5. Et ensuite ? De nouveaux essais dans d’autres centres de prise en charge pourront être envisagés lorsque de nouveaux produits expérimentaux ou d’autres médicaments prometteurs et sûrs seront disponibles. Alors que les essais cliniques sont en cours, MSF demande aussi à ce que les fabricants de médicaments produisent des produits finis abordables et disponibles dans des quantités suffisantes pour lutter contre l’épidémie.
"Il s’agit d’une étape clé dans l’épidémie"
Directeur médical auprès de MSF Belgique, le Dr Bertrand Draguez estime que le lancement de ces trois essais cliniques constitue une étape clé dans l’épidémie d’Ebola.
En quoi cette initiative est-elle vraiment particulière ?
En tant que médecins, nous pensons qu’il n’est pas acceptable, au XXIe siècle, de ne pas disposer de traitement pour des maladies infectieuses comme Ebola. Pour cette raison, nous nous sommes lancés dans ce partenariat assez exceptionnel. Il est en effet très rare de voir ainsi rassemblés plusieurs centres de recherche, gouvernements, consortiums qui travaillent de manière collégiale pour arriver à démontrer l’efficacité et la tolérance de certains produits. Il s’agit donc bien d’une étape clé qui devrait nous permettre de savoir quel traitement sera le plus efficace.
Ce ne sera cependant pas pour tout de suite ?
Non, en effet, le travail est encore assez long, même si les premiers résultats pourraient être attendus pour février. D’autres produits, qui pourraient avoir un plus haut potentiel bénéfique en termes de traitement, doivent en effet encore être testés. Par ailleurs, on réfléchit aussi à l’hypothèse de combiner ces traitements.

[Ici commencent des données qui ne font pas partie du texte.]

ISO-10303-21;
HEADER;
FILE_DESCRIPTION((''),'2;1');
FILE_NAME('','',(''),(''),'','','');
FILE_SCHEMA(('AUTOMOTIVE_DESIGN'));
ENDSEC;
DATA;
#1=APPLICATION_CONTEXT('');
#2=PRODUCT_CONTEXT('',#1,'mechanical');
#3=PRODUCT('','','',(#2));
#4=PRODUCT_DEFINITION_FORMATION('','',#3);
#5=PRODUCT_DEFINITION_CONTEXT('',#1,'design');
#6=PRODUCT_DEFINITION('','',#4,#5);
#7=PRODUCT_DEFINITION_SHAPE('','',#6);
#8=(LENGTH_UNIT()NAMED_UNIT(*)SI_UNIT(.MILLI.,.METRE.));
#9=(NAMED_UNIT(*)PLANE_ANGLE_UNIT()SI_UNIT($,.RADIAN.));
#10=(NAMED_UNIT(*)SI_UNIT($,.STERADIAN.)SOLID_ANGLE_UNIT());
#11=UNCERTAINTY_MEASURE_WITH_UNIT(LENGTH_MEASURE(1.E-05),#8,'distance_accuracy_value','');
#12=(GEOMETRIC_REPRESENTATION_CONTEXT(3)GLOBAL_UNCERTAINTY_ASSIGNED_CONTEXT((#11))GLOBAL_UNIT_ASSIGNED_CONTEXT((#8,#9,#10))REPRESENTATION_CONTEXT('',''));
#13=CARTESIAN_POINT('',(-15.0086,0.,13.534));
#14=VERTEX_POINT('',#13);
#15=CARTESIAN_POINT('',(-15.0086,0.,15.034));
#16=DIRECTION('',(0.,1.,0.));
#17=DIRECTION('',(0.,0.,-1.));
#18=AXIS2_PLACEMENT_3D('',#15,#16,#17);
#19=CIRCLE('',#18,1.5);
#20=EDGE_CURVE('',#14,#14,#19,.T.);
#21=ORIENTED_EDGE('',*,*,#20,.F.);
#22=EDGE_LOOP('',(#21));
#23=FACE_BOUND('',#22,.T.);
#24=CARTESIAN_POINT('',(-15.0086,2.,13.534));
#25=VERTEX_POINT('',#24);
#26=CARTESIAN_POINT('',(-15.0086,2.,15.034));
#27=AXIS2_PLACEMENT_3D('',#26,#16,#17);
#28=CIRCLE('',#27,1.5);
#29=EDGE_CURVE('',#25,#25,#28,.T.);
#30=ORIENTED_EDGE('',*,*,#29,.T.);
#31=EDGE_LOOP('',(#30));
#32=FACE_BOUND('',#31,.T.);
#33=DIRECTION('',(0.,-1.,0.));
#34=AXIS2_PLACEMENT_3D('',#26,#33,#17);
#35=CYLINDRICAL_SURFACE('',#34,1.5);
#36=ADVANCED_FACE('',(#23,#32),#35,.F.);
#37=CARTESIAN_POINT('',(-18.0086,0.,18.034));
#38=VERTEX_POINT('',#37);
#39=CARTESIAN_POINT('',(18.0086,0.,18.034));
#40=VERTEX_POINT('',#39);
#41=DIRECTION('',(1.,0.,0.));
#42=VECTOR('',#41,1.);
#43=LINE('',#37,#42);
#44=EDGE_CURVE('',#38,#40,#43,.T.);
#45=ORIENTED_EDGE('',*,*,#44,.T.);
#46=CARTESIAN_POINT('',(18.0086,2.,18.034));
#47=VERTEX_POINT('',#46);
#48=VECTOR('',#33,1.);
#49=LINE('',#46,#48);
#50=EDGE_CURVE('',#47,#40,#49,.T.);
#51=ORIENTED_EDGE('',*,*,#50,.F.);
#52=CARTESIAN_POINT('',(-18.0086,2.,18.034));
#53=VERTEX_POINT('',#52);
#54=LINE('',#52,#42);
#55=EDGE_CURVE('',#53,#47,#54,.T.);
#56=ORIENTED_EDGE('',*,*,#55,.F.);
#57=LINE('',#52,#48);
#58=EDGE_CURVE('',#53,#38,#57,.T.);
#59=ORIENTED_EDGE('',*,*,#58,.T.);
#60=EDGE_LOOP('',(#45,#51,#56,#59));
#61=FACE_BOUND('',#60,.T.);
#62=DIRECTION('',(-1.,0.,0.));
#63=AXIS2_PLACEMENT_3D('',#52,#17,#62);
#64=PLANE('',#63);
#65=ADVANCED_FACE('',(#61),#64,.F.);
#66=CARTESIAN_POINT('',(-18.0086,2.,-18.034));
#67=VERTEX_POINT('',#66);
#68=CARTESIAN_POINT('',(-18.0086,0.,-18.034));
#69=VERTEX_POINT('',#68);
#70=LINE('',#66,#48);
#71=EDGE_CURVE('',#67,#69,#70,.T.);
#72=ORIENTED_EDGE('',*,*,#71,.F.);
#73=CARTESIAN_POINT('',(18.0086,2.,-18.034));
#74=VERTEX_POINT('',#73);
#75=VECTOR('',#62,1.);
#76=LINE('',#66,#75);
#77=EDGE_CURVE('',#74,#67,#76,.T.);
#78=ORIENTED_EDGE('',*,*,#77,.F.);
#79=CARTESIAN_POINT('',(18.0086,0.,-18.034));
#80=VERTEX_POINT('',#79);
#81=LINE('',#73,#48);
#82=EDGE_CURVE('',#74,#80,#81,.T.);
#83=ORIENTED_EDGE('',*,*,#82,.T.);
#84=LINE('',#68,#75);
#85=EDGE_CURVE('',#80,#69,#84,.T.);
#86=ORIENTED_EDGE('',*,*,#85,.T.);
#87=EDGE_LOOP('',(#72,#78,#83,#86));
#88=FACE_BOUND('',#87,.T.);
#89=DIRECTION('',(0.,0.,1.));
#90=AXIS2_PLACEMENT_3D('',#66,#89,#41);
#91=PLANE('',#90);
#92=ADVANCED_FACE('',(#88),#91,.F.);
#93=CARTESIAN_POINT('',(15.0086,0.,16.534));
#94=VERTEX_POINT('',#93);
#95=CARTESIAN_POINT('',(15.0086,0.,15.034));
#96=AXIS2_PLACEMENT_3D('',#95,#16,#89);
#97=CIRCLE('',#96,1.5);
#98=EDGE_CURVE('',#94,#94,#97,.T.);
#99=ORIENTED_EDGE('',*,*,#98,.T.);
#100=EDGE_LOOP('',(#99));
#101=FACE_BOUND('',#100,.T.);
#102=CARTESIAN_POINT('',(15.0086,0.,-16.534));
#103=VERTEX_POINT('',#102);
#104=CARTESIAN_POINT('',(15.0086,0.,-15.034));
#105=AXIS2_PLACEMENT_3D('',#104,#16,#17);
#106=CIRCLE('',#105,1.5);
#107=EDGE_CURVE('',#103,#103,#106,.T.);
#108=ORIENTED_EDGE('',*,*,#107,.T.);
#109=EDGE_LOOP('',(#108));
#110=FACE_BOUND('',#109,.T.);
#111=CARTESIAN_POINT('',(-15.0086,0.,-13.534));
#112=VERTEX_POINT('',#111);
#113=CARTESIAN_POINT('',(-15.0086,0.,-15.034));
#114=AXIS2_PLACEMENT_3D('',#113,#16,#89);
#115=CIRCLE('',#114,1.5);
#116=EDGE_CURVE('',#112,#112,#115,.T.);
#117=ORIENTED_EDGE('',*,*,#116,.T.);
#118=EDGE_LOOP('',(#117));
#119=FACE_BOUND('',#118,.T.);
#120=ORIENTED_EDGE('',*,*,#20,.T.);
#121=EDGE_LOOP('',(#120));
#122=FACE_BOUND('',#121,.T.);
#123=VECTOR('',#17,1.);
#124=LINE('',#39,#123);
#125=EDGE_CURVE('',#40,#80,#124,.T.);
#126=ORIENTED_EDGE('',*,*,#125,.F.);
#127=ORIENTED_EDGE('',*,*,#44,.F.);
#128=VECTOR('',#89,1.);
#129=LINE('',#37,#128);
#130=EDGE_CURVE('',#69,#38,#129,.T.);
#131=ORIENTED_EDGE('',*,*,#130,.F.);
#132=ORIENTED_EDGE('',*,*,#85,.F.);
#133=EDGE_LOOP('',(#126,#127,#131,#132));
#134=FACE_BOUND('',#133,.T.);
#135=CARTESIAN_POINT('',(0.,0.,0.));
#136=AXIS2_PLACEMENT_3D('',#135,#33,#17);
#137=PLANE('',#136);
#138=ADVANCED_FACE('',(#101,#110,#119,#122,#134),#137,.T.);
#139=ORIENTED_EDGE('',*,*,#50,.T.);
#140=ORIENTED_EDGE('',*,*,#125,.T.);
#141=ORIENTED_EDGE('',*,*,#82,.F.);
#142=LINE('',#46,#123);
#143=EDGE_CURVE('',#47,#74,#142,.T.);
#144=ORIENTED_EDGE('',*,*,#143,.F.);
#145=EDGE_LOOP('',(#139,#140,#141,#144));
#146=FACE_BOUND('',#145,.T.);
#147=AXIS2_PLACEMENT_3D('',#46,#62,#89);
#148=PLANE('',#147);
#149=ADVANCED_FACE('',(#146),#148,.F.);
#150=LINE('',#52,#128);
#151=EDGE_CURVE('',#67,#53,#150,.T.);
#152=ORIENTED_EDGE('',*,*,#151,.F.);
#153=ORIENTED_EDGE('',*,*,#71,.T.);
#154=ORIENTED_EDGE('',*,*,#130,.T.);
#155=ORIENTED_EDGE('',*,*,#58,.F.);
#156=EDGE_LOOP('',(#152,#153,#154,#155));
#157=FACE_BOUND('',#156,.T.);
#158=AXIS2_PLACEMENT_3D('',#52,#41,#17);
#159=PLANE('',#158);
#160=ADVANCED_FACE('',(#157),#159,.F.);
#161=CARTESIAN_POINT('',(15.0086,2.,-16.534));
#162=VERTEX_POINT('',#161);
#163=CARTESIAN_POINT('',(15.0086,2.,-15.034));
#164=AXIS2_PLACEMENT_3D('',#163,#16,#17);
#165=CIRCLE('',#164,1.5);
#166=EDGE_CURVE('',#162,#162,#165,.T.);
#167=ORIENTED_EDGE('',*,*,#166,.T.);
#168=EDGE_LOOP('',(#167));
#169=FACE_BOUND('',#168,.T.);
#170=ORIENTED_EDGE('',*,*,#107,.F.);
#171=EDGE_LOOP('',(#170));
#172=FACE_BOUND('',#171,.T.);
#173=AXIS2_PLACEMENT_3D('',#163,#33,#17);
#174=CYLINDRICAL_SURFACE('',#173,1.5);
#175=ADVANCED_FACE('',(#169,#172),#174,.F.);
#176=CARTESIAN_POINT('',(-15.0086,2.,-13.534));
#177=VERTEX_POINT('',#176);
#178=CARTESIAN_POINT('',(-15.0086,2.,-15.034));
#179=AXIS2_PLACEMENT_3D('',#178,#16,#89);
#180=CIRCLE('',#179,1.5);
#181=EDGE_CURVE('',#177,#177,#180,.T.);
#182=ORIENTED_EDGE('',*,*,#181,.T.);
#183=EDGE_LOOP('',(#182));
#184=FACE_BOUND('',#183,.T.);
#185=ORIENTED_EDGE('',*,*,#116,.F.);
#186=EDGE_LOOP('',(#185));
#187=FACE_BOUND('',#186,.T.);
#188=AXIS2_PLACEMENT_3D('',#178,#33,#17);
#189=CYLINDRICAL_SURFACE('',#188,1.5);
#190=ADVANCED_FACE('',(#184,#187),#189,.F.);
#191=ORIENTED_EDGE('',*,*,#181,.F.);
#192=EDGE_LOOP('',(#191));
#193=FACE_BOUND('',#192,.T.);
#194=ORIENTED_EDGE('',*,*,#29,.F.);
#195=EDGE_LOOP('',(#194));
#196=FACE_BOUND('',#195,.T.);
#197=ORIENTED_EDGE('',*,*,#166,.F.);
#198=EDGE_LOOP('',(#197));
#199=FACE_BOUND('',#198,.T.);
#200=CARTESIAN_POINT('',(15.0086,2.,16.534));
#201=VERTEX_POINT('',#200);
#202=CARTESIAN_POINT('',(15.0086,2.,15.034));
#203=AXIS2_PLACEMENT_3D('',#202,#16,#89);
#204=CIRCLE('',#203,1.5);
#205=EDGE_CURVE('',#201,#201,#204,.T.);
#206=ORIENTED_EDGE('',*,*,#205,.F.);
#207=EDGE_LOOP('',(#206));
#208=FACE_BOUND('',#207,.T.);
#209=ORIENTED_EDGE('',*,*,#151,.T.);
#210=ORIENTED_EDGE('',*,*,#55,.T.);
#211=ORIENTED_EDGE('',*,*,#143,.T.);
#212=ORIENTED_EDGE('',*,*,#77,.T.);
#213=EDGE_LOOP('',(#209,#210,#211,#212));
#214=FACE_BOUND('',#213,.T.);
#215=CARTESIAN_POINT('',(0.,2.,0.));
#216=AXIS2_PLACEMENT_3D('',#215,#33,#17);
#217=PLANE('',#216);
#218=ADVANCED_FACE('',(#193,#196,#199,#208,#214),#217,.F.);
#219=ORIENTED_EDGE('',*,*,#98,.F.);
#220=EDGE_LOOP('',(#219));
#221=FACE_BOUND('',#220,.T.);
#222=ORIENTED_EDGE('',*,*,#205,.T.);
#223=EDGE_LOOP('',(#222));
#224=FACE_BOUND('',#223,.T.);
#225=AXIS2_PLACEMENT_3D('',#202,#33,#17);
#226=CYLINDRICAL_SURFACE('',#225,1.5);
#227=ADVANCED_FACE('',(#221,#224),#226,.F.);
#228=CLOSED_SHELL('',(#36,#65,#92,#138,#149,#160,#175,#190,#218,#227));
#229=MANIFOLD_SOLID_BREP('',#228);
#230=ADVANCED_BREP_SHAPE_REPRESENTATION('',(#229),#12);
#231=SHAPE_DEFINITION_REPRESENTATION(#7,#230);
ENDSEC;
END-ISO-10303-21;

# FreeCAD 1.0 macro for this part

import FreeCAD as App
import Part
import Sketcher
from FreeCAD import Vector

doc = App.newDocument("Part")
params = doc.addObject("Spreadsheet::Sheet", "Params")
for row, (alias, value) in enumerate([
    ("sketch1_diameter", "3 mm"),
    ("pad1_length", "2 mm"),
], start=1):
    params.set(f"A{row}", alias)
    params.set(f"B{row}", "=" + value)
    params.setAlias(f"B{row}", alias)

body = doc.addObject("PartDesign::Body", "Body")

# Sketch on XZ plane
sketch1 = body.newObject("Sketcher::SketchObject", "Sketch")
sketch1.AttachmentSupport = (doc.getObject("XZ_Plane"), [""])
sketch1.MapMode = "FlatFace"
sketch1.addGeometry([
    Part.LineSegment(Vector(-18.0086, -18.034, 0), Vector(-18.0086, 18.034, 0)),  # 0
    Part.LineSegment(Vector(-18.0086, 18.034, 0), Vector(18.0086, 18.034, 0)),  # 1
    Part.LineSegment(Vector(18.0086, 18.034, 0), Vector(18.0086, -18.034, 0)),  # 2
    Part.LineSegment(Vector(18.0086, -18.034, 0), Vector(-18.0086, -18.034, 0)),  # 3
    Part.Circle(Vector(-15.0086, 15.034, 0), Vector(0, 0, 1), 1.5),  # 4
    Part.Circle(Vector(15.0086, 15.034, 0), Vector(0, 0, 1), 1.5),  # 5
    Part.Circle(Vector(-15.0086, -15.034, 0), Vector(0, 0, 1), 1.5),  # 6
    Part.Circle(Vector(15.0086, -15.034, 0), Vector(0, 0, 1), 1.5),  # 7
], False)
sketch1.addConstraint([
    Sketcher.Constraint("Coincident", 0, 2, 1, 1),
    Sketcher.Constraint("Coincident", 1, 2, 2, 1),
    Sketcher.Constraint("Coincident", 2, 2, 3, 1),
    Sketcher.Constraint("Coincident", 3, 2, 0, 1),
    Sketcher.Constraint("Vertical", 0),
    Sketcher.Constraint("Horizontal", 1),
    Sketcher.Constraint("Vertical", 2),
    Sketcher.Constraint("Horizontal", 3),
    Sketcher.Constraint("Equal", 4, 5),
    Sketcher.Constraint("Equal", 5, 6),
    Sketcher.Constraint("Equal", 6, 7),
    Sketcher.Constraint("Symmetric", 5, 3, 6, 3, -1, 1),
    Sketcher.Constraint("Symmetric", 4, 3, 7, 3, -1, 1),
    Sketcher.Constraint("Symmetric", 0, 2, 2, 2, -1, 1),
    Sketcher.Constraint("Symmetric", 4, 3, 5, 3, -2),
    Sketcher.Constraint("Diameter", 4, 3.0),
    Sketcher.Constraint("DistanceX", 0, 2, 4, 3, 3.0),
    Sketcher.Constraint("DistanceY", 4, 3, 0, 2, 3.0),
    Sketcher.Constraint("DistanceY", 0, 1, 0, 2, 36.068),
    Sketcher.Constraint("DistanceX", 1, 1, 1, 2, 36.0172),
])
sketch1.setExpression("Constraints[15]", "Params.sketch1_diameter")
pad1 = body.newObject("PartDesign::Pad", "Pad")
pad1.Profile = sketch1
pad1.setExpression("Length", "Params.pad1_length")
pad1.Reversed = True

doc.recompute()
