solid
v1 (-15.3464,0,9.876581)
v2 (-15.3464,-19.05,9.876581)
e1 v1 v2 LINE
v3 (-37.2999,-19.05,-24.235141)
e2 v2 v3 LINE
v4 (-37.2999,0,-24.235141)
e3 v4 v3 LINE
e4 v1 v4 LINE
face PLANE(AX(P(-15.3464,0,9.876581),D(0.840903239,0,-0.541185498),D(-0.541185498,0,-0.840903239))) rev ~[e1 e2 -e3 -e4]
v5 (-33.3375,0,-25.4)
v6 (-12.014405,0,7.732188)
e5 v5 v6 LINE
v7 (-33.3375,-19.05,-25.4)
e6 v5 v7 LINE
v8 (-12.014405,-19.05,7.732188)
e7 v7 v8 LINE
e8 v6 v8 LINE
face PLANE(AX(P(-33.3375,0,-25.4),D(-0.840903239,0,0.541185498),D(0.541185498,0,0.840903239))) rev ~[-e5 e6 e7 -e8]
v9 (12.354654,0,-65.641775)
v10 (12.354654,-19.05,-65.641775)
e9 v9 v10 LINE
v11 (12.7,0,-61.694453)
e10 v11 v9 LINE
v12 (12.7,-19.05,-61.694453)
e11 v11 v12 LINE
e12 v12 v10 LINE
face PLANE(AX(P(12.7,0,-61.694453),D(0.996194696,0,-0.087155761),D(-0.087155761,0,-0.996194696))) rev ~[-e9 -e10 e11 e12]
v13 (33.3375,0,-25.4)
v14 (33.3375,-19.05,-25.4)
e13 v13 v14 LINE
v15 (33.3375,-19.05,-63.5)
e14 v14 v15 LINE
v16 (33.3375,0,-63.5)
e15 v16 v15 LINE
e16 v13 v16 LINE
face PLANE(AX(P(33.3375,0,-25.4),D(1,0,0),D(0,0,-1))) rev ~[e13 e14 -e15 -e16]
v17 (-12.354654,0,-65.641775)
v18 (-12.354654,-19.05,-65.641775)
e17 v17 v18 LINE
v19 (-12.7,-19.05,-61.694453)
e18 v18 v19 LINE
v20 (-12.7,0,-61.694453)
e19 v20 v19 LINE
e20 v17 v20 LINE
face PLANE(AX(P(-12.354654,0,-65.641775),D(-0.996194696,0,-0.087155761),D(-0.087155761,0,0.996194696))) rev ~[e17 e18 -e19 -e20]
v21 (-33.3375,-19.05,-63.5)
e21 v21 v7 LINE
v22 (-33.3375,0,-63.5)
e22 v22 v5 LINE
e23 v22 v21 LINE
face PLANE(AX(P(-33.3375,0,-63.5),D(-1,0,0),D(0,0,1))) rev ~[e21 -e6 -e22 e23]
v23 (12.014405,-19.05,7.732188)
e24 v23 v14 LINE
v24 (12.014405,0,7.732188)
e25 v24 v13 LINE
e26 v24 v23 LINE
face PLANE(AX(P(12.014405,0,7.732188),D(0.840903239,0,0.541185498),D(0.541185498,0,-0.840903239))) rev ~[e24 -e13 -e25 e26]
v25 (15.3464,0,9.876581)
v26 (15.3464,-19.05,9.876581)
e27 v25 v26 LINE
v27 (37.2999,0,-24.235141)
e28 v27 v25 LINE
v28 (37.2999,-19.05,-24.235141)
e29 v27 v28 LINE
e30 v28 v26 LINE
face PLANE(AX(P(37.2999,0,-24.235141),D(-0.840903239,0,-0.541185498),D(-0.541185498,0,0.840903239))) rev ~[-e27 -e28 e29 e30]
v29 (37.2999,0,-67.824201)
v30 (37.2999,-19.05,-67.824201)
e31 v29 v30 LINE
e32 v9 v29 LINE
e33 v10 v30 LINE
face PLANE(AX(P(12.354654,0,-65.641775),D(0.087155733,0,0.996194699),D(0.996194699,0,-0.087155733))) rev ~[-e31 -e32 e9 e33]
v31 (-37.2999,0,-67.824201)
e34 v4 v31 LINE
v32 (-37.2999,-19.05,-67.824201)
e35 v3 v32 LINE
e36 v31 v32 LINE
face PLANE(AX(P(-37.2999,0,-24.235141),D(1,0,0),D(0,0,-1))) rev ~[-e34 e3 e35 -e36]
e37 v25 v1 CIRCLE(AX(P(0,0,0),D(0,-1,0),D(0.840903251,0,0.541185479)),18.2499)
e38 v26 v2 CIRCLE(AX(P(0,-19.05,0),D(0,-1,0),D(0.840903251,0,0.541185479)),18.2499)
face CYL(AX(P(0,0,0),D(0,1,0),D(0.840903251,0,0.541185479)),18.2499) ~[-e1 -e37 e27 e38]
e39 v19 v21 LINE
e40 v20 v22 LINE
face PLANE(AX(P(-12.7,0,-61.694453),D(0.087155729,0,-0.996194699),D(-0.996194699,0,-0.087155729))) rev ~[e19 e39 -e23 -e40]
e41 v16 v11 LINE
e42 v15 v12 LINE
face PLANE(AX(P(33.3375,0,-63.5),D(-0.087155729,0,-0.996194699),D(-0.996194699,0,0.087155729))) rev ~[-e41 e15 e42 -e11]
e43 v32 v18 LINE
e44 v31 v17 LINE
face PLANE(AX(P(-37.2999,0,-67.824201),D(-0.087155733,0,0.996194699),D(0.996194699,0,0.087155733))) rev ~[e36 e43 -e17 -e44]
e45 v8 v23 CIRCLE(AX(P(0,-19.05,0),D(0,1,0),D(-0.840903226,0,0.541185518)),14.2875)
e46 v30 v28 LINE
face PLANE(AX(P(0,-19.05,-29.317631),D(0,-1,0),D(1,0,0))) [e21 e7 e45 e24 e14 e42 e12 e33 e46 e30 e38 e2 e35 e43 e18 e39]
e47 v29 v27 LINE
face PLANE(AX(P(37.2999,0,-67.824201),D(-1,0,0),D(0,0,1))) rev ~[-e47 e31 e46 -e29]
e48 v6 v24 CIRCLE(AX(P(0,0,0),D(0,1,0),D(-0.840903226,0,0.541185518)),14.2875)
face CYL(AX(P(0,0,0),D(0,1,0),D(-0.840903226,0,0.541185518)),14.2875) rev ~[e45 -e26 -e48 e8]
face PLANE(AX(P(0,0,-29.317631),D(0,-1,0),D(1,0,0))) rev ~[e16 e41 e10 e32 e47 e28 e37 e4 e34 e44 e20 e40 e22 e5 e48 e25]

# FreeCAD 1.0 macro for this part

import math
import FreeCAD as App
import Part
import Sketcher
Q = App.Units.Quantity

doc = App.newDocument("Part")
body = doc.addObject("PartDesign::Body", "Body")

# Sketch on XZ plane
sketch1 = body.newObject("Sketcher::SketchObject", "Sketch")
sketch1.AttachmentSupport = (doc.getObject("XZ_Plane"), [""])
sketch1.MapMode = "FlatFace"
sketch1.addGeometry([
    Part.ArcOfCircle(Part.Circle(App.Vector(0, 0, 0), App.Vector(0, 0, 1), 14.3), math.radians(33), math.radians(147)),  # 0
    Part.LineSegment(App.Vector(12, 7.7, 0), App.Vector(33.3, -25.4, 0)),  # 1
    Part.LineSegment(App.Vector(33.3, -25.4, 0), App.Vector(33.3, -63.5, 0)),  # 2
    Part.LineSegment(App.Vector(33.3, -63.5, 0), App.Vector(12.7, -61.7, 0)),  # 3
    Part.LineSegment(App.Vector(12.7, -61.7, 0), App.Vector(12.4, -65.6, 0)),  # 4
    Part.LineSegment(App.Vector(12.4, -65.6, 0), App.Vector(37.3, -67.8, 0)),  # 5
    Part.LineSegment(App.Vector(37.3, -67.8, 0), App.Vector(37.3, -24.2, 0)),  # 6
    Part.LineSegment(App.Vector(37.3, -24.2, 0), App.Vector(15.3, 9.9, 0)),  # 7
    Part.ArcOfCircle(Part.Circle(App.Vector(0, 0, 0), App.Vector(0, 0, 1), 18.2), math.radians(33), math.radians(147)),  # 8
    Part.LineSegment(App.Vector(-15.3, 9.9, 0), App.Vector(-37.3, -24.2, 0)),  # 9
    Part.LineSegment(App.Vector(-37.3, -24.2, 0), App.Vector(-37.3, -67.8, 0)),  # 10
    Part.LineSegment(App.Vector(-37.3, -67.8, 0), App.Vector(-12.4, -65.6, 0)),  # 11
    Part.LineSegment(App.Vector(-12.4, -65.6, 0), App.Vector(-12.7, -61.7, 0)),  # 12
    Part.LineSegment(App.Vector(-12.7, -61.7, 0), App.Vector(-33.3, -63.5, 0)),  # 13
    Part.LineSegment(App.Vector(-33.3, -63.5, 0), App.Vector(-33.3, -25.4, 0)),  # 14
    Part.LineSegment(App.Vector(-33.3, -25.4, 0), App.Vector(-12, 7.7, 0)),  # 15
], False)
sketch1.addConstraint([
    Sketcher.Constraint("Tangent", 0, 1, 1, 1),
    Sketcher.Constraint("Coincident", 1, 2, 2, 1),
    Sketcher.Constraint("Coincident", 2, 2, 3, 1),
    Sketcher.Constraint("Coincident", 3, 2, 4, 1),
    Sketcher.Constraint("Coincident", 4, 2, 5, 1),
    Sketcher.Constraint("Coincident", 5, 2, 6, 1),
    Sketcher.Constraint("Coincident", 6, 2, 7, 1),
    Sketcher.Constraint("Tangent", 7, 2, 8, 1),
    Sketcher.Constraint("Tangent", 8, 2, 9, 1),
    Sketcher.Constraint("Coincident", 9, 2, 10, 1),
    Sketcher.Constraint("Coincident", 10, 2, 11, 1),
    Sketcher.Constraint("Coincident", 11, 2, 12, 1),
    Sketcher.Constraint("Coincident", 12, 2, 13, 1),
    Sketcher.Constraint("Coincident", 13, 2, 14, 1),
    Sketcher.Constraint("Coincident", 14, 2, 15, 1),
    Sketcher.Constraint("Tangent", 15, 2, 0, 2),
    Sketcher.Constraint("Vertical", 2),
    Sketcher.Constraint("Vertical", 6),
    Sketcher.Constraint("Vertical", 10),
    Sketcher.Constraint("Vertical", 14),
    Sketcher.Constraint("Coincident", 0, 3, -1, 1),
    Sketcher.Constraint("Coincident", 8, 3, -1, 1),
    Sketcher.Constraint("Symmetric", 6, 2, 9, 2, -2),
    Sketcher.Constraint("Symmetric", 4, 2, 11, 2, -2),
    Sketcher.Constraint("Symmetric", 3, 2, 12, 2, -2),
    Sketcher.Constraint("Symmetric", 2, 2, 13, 2, -2),
    Sketcher.Constraint("Perpendicular", 3, 4),
    Sketcher.Constraint("Perpendicular", 4, 5),
    Sketcher.Constraint("Parallel", 1, 7),
    Sketcher.Constraint("Perpendicular", 11, 12),
    Sketcher.Constraint("Parallel", 9, 15),
    Sketcher.Constraint("DistanceY", 2, 2, 2, 1, Q("1.5 in")),
    Sketcher.Constraint("DistanceY", 1, 2, -1, 1, Q("1 in")),
    Sketcher.Constraint("Angle", 3, Q("175.000001 deg")),
    Sketcher.Constraint("Radius", 0, Q("0.5625 in")),
    Sketcher.Constraint("DistanceX", 12, 2, 3, 2, Q("1 in")),
    Sketcher.Constraint("Radius", 8, Q("0.7185 in")),
    Sketcher.Constraint("Distance", 4, Q("0.156 in")),
    Sketcher.Constraint("DistanceX", -1, 1, 1, 2, Q("1.3125 in")),
    Sketcher.Constraint("DistanceX", 2, 2, 5, 2, Q("0.156 in")),
])
pad1 = body.newObject("PartDesign::Pad", "Pad")
pad1.Profile = sketch1
pad1.Length = Q("0.75 in")

doc.recompute()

Quels sont les espoirs que l’on peut raisonnablement attendre de ces essais ?
C’est extrêmement difficile à dire. Il faut bien se rendre compte qu’à l’heure actuelle, on ne parle pas de médicaments mais de produits expérimentaux qui ont été testés sur des souris et des singes et qui ont été donnés de manière parcimonieuse à certains patients transférés aux Etats-Unis et en Europe. Aujourd’hui, on ne peut pas dire si ces produits auront une efficacité. Nous avons juste quelques informations qui nous laissent croire qu’il y aurait un potentiel thérapeutique bénéfique. Seuls les résultats des études nous diront si oui ou non ces molécules étaient le bon choix.
Subsiste-t-il des risques pour les patients ?
Nous avons fait le choix de prendre avant tout des médicaments disponibles et qui, chez le singe, avaient donné une tolérance correcte, c’est-à-dire pas d’effets secondaires. Ce qui ne signifie pas qu’il n’y en aura pas chez l’être humain. Cela dit, qu’il s’agisse de l’un des deux médicaments à prendre par voie orale ou de la transfusion, il est très important de laisser au patient le choix de prendre ou non ces traitements, en connaissance de cause. Nous avons des critères d’inclusion extrêmement larges pour que les personnes puissent ou non accepter d’être enrôlées dans l’étude. Celles menées avec les traitements oraux devraient inclure environ une centaine de patients chacune.